▶ **Assignment**
In the records below, find the line that contains "#162=ORIENTED_EDGE('',*,*,#132,.T.);" and the line that contains "#191=PLANE('',#190);", then retype exactly those two lines and every line between them.

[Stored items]
--- --- ---

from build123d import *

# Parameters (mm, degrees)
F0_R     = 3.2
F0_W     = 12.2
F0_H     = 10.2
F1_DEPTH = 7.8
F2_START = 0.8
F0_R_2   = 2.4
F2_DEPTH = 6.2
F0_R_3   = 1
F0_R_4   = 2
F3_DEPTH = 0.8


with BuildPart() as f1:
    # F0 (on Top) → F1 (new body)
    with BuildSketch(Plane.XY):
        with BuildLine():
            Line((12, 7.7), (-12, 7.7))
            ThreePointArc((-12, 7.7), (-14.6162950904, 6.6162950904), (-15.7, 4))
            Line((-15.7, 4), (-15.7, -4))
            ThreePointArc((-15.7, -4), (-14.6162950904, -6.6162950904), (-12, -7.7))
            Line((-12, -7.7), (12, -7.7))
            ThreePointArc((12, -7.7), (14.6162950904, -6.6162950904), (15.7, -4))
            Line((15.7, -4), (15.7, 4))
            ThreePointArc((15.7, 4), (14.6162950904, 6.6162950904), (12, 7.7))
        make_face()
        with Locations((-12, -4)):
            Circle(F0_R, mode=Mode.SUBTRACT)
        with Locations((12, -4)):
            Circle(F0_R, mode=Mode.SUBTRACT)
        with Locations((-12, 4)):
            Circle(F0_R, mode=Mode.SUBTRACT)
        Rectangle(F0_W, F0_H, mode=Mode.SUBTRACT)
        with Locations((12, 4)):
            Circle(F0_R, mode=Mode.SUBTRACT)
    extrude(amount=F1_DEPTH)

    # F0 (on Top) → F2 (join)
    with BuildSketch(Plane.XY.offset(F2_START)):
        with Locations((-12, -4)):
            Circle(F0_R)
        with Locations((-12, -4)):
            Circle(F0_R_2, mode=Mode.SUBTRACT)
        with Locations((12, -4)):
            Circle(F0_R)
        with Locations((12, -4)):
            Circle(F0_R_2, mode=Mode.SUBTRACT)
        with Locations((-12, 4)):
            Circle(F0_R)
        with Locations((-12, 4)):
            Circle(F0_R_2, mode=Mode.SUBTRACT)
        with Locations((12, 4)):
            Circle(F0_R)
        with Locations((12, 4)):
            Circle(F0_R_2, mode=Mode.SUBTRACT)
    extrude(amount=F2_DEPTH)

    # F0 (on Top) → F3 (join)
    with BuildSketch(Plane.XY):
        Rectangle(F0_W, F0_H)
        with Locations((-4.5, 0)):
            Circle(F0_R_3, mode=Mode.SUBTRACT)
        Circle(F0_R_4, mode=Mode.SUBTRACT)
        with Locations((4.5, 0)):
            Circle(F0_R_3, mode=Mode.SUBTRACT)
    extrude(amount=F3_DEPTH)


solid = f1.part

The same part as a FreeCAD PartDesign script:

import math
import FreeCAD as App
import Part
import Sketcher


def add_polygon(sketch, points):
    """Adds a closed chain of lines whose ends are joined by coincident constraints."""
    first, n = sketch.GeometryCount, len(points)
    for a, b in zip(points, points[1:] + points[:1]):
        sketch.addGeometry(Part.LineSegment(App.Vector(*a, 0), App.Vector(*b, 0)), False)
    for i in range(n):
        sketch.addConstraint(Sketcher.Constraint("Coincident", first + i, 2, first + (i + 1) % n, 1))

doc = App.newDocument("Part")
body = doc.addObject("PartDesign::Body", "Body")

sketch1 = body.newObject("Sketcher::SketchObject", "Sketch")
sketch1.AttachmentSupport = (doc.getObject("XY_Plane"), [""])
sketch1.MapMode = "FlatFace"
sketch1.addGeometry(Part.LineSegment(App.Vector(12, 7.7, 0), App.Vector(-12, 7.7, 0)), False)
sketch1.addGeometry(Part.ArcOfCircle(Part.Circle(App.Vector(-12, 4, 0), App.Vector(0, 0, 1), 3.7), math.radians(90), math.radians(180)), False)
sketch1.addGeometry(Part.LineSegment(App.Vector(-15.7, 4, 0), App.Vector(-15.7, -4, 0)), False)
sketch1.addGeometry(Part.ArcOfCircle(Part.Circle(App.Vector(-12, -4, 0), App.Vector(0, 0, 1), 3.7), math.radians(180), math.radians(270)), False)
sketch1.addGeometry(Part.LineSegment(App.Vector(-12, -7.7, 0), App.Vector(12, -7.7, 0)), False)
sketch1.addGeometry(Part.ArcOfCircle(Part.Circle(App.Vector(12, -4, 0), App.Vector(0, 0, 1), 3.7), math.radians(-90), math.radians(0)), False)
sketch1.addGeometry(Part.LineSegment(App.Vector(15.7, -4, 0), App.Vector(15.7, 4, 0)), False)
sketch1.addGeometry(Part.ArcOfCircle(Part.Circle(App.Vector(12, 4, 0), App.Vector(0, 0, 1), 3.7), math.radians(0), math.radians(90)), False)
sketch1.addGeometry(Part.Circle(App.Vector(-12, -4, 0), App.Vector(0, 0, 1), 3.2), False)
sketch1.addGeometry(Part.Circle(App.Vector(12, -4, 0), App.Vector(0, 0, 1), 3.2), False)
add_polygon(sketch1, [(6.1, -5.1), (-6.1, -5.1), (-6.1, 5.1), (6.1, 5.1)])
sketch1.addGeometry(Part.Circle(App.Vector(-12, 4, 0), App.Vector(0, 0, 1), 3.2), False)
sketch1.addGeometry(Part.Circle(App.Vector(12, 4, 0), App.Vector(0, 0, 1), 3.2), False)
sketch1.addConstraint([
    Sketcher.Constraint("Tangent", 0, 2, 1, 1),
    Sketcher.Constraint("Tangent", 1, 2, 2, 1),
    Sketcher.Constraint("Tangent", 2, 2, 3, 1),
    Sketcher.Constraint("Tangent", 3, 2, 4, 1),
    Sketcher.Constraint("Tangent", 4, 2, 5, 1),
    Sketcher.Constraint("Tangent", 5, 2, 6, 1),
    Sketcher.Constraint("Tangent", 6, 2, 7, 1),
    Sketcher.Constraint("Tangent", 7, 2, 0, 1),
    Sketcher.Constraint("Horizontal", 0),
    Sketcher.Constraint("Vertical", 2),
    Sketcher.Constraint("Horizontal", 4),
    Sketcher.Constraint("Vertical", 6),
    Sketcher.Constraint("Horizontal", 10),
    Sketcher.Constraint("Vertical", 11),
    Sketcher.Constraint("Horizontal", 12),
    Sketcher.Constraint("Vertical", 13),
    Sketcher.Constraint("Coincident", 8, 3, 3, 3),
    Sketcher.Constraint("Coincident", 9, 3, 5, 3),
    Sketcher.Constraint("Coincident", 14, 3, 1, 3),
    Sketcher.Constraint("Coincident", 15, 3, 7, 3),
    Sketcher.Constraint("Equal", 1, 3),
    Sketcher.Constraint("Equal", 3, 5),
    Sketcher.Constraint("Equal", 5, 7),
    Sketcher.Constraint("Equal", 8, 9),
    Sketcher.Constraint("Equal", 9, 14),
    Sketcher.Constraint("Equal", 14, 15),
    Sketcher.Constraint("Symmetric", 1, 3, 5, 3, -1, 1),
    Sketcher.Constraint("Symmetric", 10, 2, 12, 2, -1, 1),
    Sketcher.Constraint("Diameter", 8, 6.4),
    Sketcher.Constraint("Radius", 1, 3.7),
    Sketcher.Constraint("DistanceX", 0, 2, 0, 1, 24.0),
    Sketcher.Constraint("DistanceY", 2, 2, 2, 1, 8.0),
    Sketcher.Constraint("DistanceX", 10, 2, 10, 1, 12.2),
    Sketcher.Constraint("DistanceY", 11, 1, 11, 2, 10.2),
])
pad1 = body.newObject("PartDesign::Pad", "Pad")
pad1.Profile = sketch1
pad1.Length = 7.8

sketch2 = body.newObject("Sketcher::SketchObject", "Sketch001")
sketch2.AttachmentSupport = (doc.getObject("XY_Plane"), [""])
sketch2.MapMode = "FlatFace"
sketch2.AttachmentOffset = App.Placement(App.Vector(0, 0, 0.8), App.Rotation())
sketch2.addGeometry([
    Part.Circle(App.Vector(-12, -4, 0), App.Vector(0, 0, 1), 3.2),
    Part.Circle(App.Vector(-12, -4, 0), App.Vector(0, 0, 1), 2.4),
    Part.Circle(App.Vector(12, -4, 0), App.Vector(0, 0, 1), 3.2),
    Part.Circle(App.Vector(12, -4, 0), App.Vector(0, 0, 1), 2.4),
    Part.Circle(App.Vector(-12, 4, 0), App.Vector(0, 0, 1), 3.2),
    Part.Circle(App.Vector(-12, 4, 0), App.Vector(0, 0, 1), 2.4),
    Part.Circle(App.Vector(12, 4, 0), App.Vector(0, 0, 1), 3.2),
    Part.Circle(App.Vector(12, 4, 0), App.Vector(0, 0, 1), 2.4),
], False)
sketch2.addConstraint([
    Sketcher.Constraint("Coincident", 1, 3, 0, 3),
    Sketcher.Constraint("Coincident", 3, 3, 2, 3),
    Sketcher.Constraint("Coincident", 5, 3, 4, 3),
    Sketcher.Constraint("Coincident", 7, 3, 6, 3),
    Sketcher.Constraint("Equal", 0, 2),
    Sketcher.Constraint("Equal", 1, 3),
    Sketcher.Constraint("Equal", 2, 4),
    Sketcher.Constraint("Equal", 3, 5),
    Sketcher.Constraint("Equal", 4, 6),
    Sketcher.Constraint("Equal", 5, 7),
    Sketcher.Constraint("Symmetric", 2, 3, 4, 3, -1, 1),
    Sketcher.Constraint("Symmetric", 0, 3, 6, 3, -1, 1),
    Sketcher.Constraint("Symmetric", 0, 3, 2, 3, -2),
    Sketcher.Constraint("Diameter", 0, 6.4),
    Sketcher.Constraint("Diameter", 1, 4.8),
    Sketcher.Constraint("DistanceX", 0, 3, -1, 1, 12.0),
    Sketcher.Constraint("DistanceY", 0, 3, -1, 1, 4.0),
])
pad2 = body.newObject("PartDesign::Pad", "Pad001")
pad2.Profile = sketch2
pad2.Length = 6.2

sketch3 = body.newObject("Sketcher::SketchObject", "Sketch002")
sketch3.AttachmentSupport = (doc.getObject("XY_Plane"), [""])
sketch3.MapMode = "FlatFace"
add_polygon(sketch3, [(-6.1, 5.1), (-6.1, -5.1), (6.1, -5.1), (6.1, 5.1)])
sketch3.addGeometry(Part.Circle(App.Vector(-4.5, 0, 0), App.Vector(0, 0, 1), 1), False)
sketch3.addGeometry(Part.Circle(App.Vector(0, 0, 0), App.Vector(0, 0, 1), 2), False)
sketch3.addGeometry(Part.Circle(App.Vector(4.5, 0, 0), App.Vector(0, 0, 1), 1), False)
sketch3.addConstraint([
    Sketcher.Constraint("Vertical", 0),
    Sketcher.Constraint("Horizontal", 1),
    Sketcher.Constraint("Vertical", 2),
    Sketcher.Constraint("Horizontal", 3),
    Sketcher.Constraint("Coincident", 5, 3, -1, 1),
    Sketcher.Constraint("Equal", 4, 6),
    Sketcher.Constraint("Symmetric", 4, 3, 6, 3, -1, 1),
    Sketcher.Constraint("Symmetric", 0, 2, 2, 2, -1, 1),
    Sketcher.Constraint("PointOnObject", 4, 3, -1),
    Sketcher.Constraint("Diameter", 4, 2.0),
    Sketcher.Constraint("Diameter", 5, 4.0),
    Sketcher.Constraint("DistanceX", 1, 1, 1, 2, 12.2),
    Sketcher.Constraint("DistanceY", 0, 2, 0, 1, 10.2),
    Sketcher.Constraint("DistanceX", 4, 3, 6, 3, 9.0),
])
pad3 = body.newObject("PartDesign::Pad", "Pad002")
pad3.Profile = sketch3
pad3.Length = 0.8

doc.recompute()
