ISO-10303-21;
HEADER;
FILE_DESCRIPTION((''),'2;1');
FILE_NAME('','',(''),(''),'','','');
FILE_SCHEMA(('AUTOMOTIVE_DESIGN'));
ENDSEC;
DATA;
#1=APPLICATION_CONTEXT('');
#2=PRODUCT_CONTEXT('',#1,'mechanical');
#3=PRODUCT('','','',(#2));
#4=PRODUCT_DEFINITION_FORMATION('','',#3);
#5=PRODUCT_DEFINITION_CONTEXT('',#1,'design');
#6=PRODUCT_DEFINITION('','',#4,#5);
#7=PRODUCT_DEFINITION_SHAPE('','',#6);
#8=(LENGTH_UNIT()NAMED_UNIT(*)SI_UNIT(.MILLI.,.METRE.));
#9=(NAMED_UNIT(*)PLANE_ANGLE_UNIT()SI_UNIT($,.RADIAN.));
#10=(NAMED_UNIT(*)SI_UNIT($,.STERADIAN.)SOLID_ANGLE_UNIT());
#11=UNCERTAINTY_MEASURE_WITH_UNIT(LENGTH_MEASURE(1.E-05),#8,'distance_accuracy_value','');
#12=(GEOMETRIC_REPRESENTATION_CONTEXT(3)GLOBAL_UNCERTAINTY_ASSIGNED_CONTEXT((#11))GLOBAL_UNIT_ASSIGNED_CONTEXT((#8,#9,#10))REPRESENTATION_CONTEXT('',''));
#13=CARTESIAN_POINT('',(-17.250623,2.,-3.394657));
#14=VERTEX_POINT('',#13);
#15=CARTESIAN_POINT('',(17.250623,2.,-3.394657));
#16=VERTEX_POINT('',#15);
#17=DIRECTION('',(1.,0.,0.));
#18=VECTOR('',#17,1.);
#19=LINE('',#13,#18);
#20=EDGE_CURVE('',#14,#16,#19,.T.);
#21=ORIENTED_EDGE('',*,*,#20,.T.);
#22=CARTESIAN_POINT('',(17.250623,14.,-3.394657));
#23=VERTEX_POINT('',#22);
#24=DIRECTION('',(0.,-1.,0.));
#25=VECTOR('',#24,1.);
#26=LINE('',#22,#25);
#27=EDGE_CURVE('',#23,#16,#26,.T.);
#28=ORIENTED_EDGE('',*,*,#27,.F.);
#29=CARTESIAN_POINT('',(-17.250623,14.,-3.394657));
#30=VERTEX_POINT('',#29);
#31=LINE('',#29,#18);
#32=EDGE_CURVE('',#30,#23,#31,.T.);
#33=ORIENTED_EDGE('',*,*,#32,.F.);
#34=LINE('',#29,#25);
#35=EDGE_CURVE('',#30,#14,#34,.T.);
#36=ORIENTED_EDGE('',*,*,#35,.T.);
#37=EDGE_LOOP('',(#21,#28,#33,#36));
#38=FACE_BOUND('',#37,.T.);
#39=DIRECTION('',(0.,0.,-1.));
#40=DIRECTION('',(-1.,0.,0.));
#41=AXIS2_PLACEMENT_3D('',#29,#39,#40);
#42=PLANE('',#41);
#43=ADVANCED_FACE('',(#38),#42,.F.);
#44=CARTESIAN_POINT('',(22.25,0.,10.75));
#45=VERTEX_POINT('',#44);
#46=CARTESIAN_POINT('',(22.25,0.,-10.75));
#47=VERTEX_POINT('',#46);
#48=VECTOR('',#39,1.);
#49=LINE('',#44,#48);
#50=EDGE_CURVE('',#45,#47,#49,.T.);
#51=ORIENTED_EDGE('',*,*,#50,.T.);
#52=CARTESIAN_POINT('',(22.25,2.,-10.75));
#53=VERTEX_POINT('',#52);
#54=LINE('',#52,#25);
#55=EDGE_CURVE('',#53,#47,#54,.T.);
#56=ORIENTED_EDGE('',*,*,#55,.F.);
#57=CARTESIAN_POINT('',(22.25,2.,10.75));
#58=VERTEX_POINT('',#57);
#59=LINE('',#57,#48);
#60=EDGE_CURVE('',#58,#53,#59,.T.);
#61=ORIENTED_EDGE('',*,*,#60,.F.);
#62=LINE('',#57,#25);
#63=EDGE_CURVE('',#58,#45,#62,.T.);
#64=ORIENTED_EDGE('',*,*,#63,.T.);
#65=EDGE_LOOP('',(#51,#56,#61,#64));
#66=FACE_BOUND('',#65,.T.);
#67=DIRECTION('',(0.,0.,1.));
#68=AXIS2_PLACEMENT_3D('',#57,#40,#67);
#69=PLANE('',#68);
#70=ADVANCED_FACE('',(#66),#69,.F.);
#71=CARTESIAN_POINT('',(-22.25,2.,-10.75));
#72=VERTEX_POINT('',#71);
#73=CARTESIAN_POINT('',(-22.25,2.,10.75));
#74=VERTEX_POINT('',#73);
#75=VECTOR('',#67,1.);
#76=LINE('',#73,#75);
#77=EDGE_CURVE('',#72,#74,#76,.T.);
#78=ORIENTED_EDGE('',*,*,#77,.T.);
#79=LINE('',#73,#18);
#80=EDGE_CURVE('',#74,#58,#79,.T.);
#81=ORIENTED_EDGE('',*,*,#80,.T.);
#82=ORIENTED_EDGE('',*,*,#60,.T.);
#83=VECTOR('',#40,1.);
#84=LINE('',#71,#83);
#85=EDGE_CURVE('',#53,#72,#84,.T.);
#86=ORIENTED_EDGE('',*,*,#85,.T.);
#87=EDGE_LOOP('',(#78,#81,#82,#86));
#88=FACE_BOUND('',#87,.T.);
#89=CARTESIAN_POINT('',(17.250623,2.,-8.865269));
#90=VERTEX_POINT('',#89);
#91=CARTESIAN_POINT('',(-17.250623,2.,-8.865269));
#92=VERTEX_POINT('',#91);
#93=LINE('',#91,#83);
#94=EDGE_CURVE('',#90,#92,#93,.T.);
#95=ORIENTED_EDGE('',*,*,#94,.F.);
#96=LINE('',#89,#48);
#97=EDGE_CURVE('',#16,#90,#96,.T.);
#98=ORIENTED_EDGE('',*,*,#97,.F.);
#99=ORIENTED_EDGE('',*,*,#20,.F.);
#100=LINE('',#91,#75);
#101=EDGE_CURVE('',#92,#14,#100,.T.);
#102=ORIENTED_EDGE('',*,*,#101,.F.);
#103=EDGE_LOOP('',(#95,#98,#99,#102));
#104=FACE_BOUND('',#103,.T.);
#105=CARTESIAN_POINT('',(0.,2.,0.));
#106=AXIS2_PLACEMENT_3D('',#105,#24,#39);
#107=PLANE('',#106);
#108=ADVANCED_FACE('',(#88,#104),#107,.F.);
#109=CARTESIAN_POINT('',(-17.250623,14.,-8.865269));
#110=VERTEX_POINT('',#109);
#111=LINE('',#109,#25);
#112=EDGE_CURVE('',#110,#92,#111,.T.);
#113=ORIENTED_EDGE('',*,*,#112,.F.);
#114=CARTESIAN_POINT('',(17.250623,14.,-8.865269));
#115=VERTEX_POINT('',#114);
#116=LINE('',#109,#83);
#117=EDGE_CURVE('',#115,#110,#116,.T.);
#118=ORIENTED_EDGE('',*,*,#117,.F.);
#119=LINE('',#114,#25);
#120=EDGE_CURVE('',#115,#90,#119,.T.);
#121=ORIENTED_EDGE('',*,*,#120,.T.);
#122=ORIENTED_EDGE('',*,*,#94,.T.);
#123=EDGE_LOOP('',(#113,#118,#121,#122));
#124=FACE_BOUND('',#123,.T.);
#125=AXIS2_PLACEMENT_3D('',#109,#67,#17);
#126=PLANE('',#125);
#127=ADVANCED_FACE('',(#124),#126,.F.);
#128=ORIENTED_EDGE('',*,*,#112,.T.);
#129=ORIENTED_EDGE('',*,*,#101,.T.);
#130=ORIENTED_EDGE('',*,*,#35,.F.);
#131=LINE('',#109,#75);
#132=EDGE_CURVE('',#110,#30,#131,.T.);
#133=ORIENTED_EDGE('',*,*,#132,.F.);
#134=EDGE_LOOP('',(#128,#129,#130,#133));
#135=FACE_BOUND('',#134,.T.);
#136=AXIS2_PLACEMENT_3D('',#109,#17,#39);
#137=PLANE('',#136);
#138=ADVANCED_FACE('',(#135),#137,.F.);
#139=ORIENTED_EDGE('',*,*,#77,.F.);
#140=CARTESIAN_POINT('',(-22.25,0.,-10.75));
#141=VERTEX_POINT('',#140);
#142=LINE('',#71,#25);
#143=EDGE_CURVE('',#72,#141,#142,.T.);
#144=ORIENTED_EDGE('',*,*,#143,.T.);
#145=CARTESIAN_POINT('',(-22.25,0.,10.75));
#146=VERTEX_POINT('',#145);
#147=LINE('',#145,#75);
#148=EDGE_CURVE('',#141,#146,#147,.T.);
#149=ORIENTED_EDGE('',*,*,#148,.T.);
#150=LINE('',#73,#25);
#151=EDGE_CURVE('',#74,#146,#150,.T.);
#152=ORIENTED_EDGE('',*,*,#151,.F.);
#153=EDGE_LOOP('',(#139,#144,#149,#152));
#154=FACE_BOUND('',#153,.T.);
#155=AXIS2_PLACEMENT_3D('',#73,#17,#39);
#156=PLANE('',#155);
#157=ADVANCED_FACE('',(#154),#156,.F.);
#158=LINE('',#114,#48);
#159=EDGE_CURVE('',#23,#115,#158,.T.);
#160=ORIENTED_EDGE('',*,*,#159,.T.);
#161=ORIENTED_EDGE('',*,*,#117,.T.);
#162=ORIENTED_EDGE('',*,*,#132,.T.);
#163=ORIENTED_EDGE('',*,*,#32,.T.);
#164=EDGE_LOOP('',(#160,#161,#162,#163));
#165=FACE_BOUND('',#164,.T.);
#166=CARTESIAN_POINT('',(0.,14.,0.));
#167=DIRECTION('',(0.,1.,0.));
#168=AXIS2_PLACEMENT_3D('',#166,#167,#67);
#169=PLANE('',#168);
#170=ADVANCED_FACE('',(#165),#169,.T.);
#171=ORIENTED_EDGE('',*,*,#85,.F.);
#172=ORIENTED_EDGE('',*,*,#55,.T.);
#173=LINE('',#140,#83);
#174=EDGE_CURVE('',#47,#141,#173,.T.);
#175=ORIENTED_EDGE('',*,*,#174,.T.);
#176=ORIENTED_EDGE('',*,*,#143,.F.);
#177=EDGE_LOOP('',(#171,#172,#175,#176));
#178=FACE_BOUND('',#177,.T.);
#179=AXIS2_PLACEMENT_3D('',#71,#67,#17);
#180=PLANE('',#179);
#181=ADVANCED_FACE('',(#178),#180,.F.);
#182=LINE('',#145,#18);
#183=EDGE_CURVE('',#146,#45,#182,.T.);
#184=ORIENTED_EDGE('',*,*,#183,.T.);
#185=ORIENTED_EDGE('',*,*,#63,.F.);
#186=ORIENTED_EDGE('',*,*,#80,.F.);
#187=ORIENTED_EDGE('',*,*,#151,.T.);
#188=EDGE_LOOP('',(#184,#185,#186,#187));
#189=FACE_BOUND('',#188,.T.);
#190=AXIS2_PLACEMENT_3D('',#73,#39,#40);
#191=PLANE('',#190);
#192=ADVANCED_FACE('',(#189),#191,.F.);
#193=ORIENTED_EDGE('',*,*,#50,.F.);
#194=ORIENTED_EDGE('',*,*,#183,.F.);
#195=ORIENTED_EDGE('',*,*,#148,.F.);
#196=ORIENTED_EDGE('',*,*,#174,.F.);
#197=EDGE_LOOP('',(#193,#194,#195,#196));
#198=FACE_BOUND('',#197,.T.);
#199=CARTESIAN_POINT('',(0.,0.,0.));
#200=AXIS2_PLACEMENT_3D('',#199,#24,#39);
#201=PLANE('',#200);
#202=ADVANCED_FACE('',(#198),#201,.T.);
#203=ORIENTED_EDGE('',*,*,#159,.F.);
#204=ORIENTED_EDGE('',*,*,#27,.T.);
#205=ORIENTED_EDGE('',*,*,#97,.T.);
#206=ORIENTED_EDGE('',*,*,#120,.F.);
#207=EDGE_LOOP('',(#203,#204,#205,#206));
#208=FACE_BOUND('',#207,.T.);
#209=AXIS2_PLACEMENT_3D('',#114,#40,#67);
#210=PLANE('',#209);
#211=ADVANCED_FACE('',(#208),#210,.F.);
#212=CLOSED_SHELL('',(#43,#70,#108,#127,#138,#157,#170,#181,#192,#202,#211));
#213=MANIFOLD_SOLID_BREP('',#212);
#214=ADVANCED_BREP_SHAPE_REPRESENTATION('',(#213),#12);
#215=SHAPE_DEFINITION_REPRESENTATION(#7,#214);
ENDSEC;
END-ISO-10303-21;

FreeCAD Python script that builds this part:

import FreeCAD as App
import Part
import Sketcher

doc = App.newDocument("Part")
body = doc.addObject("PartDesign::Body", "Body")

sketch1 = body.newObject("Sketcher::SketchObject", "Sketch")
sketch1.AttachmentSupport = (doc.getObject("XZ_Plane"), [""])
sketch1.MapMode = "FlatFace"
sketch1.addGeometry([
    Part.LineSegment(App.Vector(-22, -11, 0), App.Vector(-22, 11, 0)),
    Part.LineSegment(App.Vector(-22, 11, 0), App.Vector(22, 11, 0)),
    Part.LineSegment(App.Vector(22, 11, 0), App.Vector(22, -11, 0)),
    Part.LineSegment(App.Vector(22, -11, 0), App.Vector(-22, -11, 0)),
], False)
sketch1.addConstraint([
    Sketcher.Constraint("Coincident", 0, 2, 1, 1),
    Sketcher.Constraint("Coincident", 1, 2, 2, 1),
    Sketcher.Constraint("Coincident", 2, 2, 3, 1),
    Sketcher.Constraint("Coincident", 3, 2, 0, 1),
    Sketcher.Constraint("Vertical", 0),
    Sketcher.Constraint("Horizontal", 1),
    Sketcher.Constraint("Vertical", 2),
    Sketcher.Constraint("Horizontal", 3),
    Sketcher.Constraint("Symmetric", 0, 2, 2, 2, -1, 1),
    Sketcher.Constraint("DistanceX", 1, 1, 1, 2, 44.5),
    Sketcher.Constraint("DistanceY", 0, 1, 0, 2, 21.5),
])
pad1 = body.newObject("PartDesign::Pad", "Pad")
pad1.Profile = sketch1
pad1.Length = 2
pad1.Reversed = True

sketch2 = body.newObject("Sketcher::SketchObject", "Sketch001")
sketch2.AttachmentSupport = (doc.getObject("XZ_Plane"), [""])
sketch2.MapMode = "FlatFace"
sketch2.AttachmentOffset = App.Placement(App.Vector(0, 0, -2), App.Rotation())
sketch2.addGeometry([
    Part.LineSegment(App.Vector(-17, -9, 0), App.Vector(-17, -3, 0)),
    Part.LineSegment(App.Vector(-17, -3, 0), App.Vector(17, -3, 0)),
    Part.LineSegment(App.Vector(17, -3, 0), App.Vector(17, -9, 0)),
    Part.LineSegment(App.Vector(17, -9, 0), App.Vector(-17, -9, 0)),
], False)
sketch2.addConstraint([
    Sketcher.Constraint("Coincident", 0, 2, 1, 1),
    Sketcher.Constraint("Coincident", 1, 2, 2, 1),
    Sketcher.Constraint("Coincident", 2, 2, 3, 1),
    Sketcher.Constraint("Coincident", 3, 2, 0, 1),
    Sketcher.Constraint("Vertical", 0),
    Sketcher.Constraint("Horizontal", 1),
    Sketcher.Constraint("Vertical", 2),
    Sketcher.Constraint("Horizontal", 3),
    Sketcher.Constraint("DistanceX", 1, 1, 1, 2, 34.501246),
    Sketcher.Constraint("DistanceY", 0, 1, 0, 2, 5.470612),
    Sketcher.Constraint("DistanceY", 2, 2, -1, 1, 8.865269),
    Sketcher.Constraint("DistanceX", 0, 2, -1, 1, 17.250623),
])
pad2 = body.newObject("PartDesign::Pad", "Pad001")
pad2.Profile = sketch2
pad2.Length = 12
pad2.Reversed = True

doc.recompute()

--- --- ---

▶ **Your solution**
#162=ORIENTED_EDGE('',*,*,#132,.T.);
#163=ORIENTED_EDGE('',*,*,#32,.T.);
#164=EDGE_LOOP('',(#160,#161,#162,#163));
#165=FACE_BOUND('',#164,.T.);
#166=CARTESIAN_POINT('',(0.,14.,0.));
#167=DIRECTION('',(0.,1.,0.));
#168=AXIS2_PLACEMENT_3D('',#166,#167,#67);
#169=PLANE('',#168);
#170=ADVANCED_FACE('',(#165),#169,.T.);
#171=ORIENTED_EDGE('',*,*,#85,.F.);
#172=ORIENTED_EDGE('',*,*,#55,.T.);
#173=LINE('',#140,#83);
#174=EDGE_CURVE('',#47,#141,#173,.T.);
#175=ORIENTED_EDGE('',*,*,#174,.T.);
#176=ORIENTED_EDGE('',*,*,#143,.F.);
#177=EDGE_LOOP('',(#171,#172,#175,#176));
#178=FACE_BOUND('',#177,.T.);
#179=AXIS2_PLACEMENT_3D('',#71,#67,#17);
#180=PLANE('',#179);
#181=ADVANCED_FACE('',(#178),#180,.F.);
#182=LINE('',#145,#18);
#183=EDGE_CURVE('',#146,#45,#182,.T.);
#184=ORIENTED_EDGE('',*,*,#183,.T.);
#185=ORIENTED_EDGE('',*,*,#63,.F.);
#186=ORIENTED_EDGE('',*,*,#80,.F.);
#187=ORIENTED_EDGE('',*,*,#151,.T.);
#188=EDGE_LOOP('',(#184,#185,#186,#187));
#189=FACE_BOUND('',#188,.T.);
#190=AXIS2_PLACEMENT_3D('',#73,#39,#40);
#191=PLANE('',#190);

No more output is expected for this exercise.